» **EXCERPTED RECORDS**:

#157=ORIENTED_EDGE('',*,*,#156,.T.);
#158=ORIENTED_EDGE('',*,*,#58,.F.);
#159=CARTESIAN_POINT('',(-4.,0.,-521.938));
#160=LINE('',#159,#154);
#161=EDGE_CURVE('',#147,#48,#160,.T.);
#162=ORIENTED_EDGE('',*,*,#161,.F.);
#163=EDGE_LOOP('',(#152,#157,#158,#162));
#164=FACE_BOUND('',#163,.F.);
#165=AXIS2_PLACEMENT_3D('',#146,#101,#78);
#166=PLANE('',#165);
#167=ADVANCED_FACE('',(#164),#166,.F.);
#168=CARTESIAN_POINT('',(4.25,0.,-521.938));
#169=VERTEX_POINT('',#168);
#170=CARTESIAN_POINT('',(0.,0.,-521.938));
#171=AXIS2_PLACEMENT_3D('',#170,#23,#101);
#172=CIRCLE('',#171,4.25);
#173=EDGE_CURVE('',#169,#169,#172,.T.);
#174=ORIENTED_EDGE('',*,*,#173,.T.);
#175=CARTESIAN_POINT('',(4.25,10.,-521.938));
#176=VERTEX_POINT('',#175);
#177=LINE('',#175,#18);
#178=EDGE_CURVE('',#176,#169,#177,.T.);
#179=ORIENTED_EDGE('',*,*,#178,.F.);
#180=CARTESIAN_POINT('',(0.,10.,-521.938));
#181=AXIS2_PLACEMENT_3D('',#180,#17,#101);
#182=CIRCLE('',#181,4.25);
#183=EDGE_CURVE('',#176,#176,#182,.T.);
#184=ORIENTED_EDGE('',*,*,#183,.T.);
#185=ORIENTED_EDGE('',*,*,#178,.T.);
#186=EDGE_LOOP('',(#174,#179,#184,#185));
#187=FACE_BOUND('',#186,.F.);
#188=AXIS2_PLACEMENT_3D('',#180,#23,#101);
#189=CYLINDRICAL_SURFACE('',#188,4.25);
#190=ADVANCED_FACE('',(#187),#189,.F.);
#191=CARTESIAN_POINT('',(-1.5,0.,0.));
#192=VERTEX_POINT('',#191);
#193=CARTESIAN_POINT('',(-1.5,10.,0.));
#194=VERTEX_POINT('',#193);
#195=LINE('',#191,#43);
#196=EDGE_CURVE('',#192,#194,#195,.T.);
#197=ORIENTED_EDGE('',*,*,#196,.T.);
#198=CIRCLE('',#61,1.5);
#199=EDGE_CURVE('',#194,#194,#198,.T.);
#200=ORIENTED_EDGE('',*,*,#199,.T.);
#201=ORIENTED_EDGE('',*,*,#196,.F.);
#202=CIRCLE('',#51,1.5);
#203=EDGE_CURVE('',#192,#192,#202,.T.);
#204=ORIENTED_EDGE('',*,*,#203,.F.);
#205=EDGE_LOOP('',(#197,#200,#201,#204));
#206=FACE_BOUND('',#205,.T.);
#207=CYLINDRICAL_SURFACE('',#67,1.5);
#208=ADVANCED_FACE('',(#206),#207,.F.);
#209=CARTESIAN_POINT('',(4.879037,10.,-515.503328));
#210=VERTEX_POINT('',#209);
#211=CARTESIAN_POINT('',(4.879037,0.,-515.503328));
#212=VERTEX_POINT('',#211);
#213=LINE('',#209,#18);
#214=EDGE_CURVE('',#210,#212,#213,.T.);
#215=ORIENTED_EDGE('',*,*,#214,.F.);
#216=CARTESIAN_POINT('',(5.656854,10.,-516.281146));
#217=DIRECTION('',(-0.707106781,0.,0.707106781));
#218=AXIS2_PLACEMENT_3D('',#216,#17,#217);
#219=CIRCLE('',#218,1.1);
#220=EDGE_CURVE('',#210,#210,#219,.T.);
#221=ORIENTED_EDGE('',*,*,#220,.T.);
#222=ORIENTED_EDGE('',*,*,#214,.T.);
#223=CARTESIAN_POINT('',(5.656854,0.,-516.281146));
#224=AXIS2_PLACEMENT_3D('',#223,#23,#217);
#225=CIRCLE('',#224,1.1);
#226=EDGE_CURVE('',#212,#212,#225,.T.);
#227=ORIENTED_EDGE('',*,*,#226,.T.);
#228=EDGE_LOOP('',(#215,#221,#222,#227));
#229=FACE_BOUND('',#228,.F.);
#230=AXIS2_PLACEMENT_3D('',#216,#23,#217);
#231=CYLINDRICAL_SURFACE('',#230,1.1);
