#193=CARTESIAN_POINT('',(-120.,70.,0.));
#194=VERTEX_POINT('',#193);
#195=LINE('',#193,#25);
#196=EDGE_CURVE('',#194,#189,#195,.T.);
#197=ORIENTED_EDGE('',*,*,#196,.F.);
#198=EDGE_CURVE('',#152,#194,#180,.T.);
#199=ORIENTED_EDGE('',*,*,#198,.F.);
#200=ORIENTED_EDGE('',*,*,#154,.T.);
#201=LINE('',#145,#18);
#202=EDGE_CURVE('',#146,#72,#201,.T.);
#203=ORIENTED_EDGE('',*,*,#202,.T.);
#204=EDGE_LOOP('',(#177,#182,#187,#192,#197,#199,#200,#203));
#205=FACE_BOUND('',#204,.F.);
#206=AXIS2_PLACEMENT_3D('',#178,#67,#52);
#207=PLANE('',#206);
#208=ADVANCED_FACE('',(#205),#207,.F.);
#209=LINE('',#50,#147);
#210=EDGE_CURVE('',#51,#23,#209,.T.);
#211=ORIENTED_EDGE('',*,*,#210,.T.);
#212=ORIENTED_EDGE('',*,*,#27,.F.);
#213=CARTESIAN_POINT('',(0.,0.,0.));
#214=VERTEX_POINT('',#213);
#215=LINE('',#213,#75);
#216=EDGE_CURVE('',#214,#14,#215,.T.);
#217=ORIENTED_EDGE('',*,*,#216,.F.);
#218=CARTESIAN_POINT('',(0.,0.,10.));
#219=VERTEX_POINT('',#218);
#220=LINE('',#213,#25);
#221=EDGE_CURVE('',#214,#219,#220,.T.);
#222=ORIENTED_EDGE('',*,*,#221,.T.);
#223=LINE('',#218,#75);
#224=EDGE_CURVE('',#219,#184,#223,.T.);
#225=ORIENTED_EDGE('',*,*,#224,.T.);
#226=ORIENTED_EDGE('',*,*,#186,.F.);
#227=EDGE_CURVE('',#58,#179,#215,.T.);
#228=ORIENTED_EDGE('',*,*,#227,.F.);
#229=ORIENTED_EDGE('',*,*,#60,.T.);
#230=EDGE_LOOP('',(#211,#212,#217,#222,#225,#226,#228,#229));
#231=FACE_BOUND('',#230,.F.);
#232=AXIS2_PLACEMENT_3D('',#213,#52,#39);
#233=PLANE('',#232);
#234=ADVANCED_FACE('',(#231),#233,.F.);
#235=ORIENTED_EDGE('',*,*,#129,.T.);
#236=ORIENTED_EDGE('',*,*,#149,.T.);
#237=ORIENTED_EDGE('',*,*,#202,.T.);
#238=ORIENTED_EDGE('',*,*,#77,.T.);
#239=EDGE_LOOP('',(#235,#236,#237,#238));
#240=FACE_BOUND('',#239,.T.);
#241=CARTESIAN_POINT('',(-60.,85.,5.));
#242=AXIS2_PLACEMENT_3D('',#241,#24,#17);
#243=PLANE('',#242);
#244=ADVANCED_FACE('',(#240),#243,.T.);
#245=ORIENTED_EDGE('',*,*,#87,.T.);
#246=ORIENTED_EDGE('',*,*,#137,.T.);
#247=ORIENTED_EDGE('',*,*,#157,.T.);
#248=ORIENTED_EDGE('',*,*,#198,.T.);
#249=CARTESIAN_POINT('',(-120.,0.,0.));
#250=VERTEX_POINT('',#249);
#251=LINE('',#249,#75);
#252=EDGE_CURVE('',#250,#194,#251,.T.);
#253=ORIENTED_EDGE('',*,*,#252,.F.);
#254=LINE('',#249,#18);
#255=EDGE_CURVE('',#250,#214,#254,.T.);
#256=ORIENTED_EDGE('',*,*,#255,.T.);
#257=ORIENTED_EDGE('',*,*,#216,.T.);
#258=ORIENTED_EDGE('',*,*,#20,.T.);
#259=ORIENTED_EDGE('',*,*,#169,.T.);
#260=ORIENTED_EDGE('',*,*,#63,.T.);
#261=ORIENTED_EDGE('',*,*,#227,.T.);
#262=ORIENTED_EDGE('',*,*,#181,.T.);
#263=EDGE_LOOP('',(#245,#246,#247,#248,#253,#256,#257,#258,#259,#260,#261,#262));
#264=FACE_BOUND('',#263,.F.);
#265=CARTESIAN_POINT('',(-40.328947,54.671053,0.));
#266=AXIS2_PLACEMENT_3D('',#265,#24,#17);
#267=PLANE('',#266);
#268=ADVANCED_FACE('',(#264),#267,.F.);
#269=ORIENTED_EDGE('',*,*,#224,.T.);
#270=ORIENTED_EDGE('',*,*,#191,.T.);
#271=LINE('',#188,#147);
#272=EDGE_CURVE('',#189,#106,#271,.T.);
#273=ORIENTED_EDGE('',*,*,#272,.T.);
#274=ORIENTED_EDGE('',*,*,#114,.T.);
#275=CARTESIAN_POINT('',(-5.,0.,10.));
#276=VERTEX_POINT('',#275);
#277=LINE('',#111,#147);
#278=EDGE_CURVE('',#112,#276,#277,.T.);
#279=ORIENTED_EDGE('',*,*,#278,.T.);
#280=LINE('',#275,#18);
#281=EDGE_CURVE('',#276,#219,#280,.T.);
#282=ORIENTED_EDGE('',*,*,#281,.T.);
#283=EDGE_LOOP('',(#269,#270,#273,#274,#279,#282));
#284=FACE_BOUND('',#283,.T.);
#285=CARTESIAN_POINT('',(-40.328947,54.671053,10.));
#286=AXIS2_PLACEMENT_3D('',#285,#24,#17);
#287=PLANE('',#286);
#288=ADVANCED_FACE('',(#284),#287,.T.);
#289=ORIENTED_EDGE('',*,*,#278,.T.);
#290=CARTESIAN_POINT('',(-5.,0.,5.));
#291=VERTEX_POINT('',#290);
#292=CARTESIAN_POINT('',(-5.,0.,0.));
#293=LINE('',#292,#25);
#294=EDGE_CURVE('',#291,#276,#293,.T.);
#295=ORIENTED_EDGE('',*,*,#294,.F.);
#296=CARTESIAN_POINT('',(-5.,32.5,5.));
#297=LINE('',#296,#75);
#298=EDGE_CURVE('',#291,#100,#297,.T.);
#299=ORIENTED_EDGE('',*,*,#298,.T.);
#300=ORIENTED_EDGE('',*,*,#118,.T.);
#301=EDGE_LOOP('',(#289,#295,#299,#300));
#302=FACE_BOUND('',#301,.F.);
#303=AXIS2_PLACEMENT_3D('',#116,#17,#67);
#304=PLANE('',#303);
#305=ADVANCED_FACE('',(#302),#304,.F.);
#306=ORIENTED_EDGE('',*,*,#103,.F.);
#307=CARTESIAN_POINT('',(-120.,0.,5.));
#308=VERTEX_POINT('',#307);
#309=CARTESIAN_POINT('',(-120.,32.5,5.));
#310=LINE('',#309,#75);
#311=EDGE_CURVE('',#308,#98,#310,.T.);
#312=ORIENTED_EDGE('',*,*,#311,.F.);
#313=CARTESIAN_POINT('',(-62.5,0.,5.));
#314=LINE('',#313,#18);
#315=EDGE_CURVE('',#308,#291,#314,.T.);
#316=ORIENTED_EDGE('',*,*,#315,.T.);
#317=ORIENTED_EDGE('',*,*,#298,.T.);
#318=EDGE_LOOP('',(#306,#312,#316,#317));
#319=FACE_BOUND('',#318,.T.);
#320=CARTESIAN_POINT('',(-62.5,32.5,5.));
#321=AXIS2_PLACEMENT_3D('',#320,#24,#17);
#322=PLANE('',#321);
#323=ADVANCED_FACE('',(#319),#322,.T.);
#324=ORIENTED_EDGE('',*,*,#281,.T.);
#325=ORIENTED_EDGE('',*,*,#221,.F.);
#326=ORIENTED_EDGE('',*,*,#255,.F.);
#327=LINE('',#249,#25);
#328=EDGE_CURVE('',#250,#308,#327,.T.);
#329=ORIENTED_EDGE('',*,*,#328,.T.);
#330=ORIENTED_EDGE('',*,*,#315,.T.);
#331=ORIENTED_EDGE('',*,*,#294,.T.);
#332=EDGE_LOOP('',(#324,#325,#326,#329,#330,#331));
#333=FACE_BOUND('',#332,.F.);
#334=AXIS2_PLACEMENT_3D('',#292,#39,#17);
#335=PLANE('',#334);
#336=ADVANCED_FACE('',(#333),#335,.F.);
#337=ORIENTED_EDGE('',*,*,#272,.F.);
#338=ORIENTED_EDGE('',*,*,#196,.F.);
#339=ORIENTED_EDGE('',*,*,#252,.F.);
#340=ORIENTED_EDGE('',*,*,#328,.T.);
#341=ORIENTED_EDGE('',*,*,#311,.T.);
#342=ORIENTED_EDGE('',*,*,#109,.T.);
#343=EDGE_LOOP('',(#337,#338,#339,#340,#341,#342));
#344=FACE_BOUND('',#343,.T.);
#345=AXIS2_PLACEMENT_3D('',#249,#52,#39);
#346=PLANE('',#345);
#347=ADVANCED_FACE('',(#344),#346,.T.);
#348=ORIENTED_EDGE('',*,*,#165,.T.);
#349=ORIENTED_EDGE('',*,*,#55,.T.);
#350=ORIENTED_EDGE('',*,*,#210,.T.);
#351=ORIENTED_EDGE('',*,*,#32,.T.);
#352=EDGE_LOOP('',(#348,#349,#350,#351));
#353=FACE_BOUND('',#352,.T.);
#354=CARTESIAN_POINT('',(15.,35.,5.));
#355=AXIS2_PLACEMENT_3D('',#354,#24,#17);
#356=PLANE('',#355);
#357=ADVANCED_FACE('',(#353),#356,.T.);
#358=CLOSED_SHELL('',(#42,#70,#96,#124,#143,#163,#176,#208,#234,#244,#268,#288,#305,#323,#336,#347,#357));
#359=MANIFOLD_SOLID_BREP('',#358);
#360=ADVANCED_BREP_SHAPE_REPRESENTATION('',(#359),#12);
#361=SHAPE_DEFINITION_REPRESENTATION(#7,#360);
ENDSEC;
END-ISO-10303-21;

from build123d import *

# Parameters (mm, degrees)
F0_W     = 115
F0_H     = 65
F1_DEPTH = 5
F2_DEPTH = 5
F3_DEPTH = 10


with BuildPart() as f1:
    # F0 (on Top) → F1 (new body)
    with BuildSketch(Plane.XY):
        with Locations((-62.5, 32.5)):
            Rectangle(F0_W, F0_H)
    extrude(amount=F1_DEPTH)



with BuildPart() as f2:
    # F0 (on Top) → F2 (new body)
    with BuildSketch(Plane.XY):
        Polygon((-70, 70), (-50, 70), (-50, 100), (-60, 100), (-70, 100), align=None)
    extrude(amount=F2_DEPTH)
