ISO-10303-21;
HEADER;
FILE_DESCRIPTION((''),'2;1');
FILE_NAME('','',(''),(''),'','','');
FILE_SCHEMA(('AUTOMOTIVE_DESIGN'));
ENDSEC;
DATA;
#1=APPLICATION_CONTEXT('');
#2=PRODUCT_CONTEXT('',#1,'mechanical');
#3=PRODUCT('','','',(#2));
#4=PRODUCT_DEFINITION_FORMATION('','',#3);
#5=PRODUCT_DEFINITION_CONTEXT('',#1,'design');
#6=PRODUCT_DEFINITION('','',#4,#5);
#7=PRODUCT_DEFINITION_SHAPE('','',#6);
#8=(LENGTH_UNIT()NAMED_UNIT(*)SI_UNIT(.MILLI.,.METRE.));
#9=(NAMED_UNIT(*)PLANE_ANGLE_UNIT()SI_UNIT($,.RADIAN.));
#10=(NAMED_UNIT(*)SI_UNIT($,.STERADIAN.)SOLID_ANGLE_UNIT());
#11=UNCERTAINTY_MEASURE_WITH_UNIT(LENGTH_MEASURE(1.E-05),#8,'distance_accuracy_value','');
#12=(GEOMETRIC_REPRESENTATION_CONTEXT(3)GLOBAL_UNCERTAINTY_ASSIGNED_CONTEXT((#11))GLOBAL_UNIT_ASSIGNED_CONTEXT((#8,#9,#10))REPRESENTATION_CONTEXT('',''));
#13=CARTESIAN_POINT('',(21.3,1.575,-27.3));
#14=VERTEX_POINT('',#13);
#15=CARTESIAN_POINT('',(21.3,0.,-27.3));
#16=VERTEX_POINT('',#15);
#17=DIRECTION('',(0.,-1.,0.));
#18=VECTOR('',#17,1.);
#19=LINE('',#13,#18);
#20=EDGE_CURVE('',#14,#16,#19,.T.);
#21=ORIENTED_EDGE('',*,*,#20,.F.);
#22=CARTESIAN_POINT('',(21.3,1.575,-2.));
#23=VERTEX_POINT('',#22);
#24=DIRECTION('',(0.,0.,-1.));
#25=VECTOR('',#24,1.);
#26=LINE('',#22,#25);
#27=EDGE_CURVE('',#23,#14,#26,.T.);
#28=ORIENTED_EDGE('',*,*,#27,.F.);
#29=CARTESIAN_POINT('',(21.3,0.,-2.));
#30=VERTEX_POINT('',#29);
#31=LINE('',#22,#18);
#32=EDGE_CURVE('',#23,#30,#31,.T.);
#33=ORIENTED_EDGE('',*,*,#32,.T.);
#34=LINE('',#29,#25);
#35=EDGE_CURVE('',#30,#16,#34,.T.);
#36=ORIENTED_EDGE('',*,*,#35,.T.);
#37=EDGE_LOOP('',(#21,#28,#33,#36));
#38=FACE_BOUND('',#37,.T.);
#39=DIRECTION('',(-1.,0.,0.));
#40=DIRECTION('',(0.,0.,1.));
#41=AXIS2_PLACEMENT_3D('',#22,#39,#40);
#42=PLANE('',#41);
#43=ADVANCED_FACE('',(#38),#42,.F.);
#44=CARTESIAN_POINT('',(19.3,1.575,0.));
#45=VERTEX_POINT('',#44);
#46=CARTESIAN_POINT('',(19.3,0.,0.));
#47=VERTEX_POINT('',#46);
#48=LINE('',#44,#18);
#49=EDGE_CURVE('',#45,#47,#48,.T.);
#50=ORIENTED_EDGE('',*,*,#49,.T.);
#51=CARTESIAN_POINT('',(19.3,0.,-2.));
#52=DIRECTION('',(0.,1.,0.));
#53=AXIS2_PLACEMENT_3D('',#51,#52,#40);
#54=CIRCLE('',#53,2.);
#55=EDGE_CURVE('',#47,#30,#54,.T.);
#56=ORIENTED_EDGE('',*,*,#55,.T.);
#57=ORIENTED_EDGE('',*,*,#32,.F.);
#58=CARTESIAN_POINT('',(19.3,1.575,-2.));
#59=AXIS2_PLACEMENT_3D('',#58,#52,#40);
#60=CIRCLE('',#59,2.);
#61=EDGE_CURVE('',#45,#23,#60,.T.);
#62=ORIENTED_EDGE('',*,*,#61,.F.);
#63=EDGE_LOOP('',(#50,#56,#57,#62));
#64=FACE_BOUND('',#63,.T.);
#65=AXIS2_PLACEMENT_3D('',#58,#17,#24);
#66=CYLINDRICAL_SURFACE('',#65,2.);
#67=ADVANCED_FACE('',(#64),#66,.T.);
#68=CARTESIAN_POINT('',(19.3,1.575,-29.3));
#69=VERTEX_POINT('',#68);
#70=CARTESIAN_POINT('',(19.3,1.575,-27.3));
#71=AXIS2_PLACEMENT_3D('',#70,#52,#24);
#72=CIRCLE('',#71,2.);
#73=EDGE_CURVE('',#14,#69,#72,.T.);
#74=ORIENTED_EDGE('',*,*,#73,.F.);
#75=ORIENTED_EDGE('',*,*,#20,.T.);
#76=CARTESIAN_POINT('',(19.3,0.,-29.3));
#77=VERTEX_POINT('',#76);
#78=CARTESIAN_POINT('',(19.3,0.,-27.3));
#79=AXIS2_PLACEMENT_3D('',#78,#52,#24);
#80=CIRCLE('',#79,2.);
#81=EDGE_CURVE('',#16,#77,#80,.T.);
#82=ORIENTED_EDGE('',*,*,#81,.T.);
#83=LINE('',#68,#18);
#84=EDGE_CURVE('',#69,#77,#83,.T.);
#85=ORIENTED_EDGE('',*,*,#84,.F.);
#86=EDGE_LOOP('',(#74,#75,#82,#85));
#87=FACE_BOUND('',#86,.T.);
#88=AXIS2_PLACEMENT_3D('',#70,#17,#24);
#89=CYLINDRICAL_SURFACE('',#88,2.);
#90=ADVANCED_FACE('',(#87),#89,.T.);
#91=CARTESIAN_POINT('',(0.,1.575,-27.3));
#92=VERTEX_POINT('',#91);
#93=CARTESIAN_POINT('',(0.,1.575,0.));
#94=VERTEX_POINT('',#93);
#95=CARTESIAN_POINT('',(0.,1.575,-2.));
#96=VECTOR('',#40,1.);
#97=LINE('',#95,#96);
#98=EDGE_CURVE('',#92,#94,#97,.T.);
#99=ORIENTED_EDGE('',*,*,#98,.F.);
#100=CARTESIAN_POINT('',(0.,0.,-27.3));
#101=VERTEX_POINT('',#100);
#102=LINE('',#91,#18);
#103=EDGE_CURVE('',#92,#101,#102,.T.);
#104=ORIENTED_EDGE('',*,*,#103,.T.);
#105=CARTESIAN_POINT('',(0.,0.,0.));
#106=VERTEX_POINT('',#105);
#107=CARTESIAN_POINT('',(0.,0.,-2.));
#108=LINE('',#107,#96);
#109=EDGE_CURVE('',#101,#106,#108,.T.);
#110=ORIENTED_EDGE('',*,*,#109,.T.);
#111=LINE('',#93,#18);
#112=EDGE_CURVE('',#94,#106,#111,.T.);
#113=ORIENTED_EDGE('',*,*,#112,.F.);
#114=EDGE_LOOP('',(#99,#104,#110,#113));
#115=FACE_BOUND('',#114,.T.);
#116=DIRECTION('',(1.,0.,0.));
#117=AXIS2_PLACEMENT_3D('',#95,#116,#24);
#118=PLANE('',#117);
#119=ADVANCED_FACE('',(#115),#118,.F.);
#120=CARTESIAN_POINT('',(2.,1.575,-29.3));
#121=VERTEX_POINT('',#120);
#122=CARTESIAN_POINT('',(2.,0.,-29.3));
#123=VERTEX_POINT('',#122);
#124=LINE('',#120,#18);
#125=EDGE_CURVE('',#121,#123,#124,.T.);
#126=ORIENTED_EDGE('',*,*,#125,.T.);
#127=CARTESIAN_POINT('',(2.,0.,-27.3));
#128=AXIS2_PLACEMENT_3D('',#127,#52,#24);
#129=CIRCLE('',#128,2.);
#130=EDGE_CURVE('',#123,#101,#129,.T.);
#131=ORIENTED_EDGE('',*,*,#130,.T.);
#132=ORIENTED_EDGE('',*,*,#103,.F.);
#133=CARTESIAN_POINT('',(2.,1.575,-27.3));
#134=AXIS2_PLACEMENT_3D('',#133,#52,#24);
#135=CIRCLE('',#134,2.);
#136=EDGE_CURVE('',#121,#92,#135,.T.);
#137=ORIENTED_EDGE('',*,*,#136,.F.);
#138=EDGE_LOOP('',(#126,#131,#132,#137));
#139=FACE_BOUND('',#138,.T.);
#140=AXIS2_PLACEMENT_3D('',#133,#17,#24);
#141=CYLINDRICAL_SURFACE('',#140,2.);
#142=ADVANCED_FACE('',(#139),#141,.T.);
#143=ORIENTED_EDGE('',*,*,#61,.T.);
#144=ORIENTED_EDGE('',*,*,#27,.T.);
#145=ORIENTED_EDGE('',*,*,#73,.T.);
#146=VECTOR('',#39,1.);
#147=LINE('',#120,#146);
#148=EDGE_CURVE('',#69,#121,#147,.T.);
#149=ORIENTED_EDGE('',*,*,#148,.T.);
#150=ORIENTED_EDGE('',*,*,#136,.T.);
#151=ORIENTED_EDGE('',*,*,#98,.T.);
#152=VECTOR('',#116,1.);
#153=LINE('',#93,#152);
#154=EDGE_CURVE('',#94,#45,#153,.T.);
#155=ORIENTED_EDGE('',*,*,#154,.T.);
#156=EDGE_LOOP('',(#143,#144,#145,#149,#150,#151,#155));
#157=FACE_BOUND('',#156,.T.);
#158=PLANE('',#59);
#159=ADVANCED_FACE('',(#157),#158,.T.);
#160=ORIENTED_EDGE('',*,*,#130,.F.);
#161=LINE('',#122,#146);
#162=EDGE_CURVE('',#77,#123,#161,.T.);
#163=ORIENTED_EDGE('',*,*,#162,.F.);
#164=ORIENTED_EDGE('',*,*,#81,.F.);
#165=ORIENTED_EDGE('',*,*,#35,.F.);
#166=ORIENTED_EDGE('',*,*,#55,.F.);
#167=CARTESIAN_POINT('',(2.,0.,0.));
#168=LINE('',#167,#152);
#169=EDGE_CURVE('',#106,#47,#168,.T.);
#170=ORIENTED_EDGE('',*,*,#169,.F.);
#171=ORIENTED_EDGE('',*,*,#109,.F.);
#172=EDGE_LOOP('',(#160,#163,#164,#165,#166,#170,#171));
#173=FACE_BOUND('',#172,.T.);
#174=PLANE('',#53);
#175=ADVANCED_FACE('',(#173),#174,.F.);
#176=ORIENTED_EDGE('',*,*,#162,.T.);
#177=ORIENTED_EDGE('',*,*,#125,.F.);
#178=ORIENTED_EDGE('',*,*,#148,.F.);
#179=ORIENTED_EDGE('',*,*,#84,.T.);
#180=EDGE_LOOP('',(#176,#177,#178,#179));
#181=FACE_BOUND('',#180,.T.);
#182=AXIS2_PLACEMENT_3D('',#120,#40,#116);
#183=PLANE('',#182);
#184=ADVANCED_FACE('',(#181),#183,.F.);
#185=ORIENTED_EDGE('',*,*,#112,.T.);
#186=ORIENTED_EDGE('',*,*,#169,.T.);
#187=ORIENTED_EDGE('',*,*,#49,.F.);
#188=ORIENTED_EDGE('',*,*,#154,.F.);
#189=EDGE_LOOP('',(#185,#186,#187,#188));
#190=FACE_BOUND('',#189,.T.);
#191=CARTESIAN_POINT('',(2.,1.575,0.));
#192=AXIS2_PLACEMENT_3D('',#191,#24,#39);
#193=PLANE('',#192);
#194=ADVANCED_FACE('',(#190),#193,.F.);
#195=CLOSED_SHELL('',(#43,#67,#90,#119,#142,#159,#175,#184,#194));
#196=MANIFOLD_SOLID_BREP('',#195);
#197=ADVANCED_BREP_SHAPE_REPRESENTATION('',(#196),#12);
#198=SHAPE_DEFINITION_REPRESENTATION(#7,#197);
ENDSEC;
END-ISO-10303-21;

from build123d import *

# Parameters (mm, degrees)
BOSS_EXTRUDE2_DEPTH = 1.575


with BuildPart() as part:
    # Sketch2 → Boss-Extrude2 (new body)
    with BuildSketch(Plane(origin=(0, 0, 0), x_dir=(1, 0, 0), z_dir=(0, 1, 0))):
        with BuildLine():
            Line((0, 2), (0, 0))
            Line((0, 0), (2, 0))
            Line((2, 0), (19.3, 0))
            ThreePointArc((19.3, 0), (20.714213562, 0.585786438), (21.3, 2))
            Line((21.3, 2), (21.3, 27.3))
            ThreePointArc((21.3, 27.3), (20.714213562, 28.714213562), (19.3, 29.3))
            Line((19.3, 29.3), (2, 29.3))
            ThreePointArc((2, 29.3), (0.585786438, 28.714213562), (0, 27.3))
            Line((0, 27.3), (0, 2))
        make_face()
    extrude(amount=BOSS_EXTRUDE2_DEPTH)


solid = part.part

» **TO DO**: Only one stretch of the records above is wanted: the lines between the one holding "#205=FACE_BOUND('',#204,.F.);" and the one holding "#251=LINE('',#249,#75);", inclusive, reproduced exactly.

» **TASK SOLUTION**:
#205=FACE_BOUND('',#204,.F.);
#206=AXIS2_PLACEMENT_3D('',#178,#67,#52);
#207=PLANE('',#206);
#208=ADVANCED_FACE('',(#205),#207,.F.);
#209=LINE('',#50,#147);
#210=EDGE_CURVE('',#51,#23,#209,.T.);
#211=ORIENTED_EDGE('',*,*,#210,.T.);
#212=ORIENTED_EDGE('',*,*,#27,.F.);
#213=CARTESIAN_POINT('',(0.,0.,0.));
#214=VERTEX_POINT('',#213);
#215=LINE('',#213,#75);
#216=EDGE_CURVE('',#214,#14,#215,.T.);
#217=ORIENTED_EDGE('',*,*,#216,.F.);
#218=CARTESIAN_POINT('',(0.,0.,10.));
#219=VERTEX_POINT('',#218);
#220=LINE('',#213,#25);
#221=EDGE_CURVE('',#214,#219,#220,.T.);
#222=ORIENTED_EDGE('',*,*,#221,.T.);
#223=LINE('',#218,#75);
#224=EDGE_CURVE('',#219,#184,#223,.T.);
#225=ORIENTED_EDGE('',*,*,#224,.T.);
#226=ORIENTED_EDGE('',*,*,#186,.F.);
#227=EDGE_CURVE('',#58,#179,#215,.T.);
#228=ORIENTED_EDGE('',*,*,#227,.F.);
#229=ORIENTED_EDGE('',*,*,#60,.T.);
#230=EDGE_LOOP('',(#211,#212,#217,#222,#225,#226,#228,#229));
#231=FACE_BOUND('',#230,.F.);
#232=AXIS2_PLACEMENT_3D('',#213,#52,#39);
#233=PLANE('',#232);
#234=ADVANCED_FACE('',(#231),#233,.F.);
#235=ORIENTED_EDGE('',*,*,#129,.T.);
#236=ORIENTED_EDGE('',*,*,#149,.T.);
#237=ORIENTED_EDGE('',*,*,#202,.T.);
#238=ORIENTED_EDGE('',*,*,#77,.T.);
#239=EDGE_LOOP('',(#235,#236,#237,#238));
#240=FACE_BOUND('',#239,.T.);
#241=CARTESIAN_POINT('',(-60.,85.,5.));
#242=AXIS2_PLACEMENT_3D('',#241,#24,#17);
#243=PLANE('',#242);
#244=ADVANCED_FACE('',(#240),#243,.T.);
#245=ORIENTED_EDGE('',*,*,#87,.T.);
#246=ORIENTED_EDGE('',*,*,#137,.T.);
#247=ORIENTED_EDGE('',*,*,#157,.T.);
#248=ORIENTED_EDGE('',*,*,#198,.T.);
#249=CARTESIAN_POINT('',(-120.,0.,0.));
#250=VERTEX_POINT('',#249);
#251=LINE('',#249,#75);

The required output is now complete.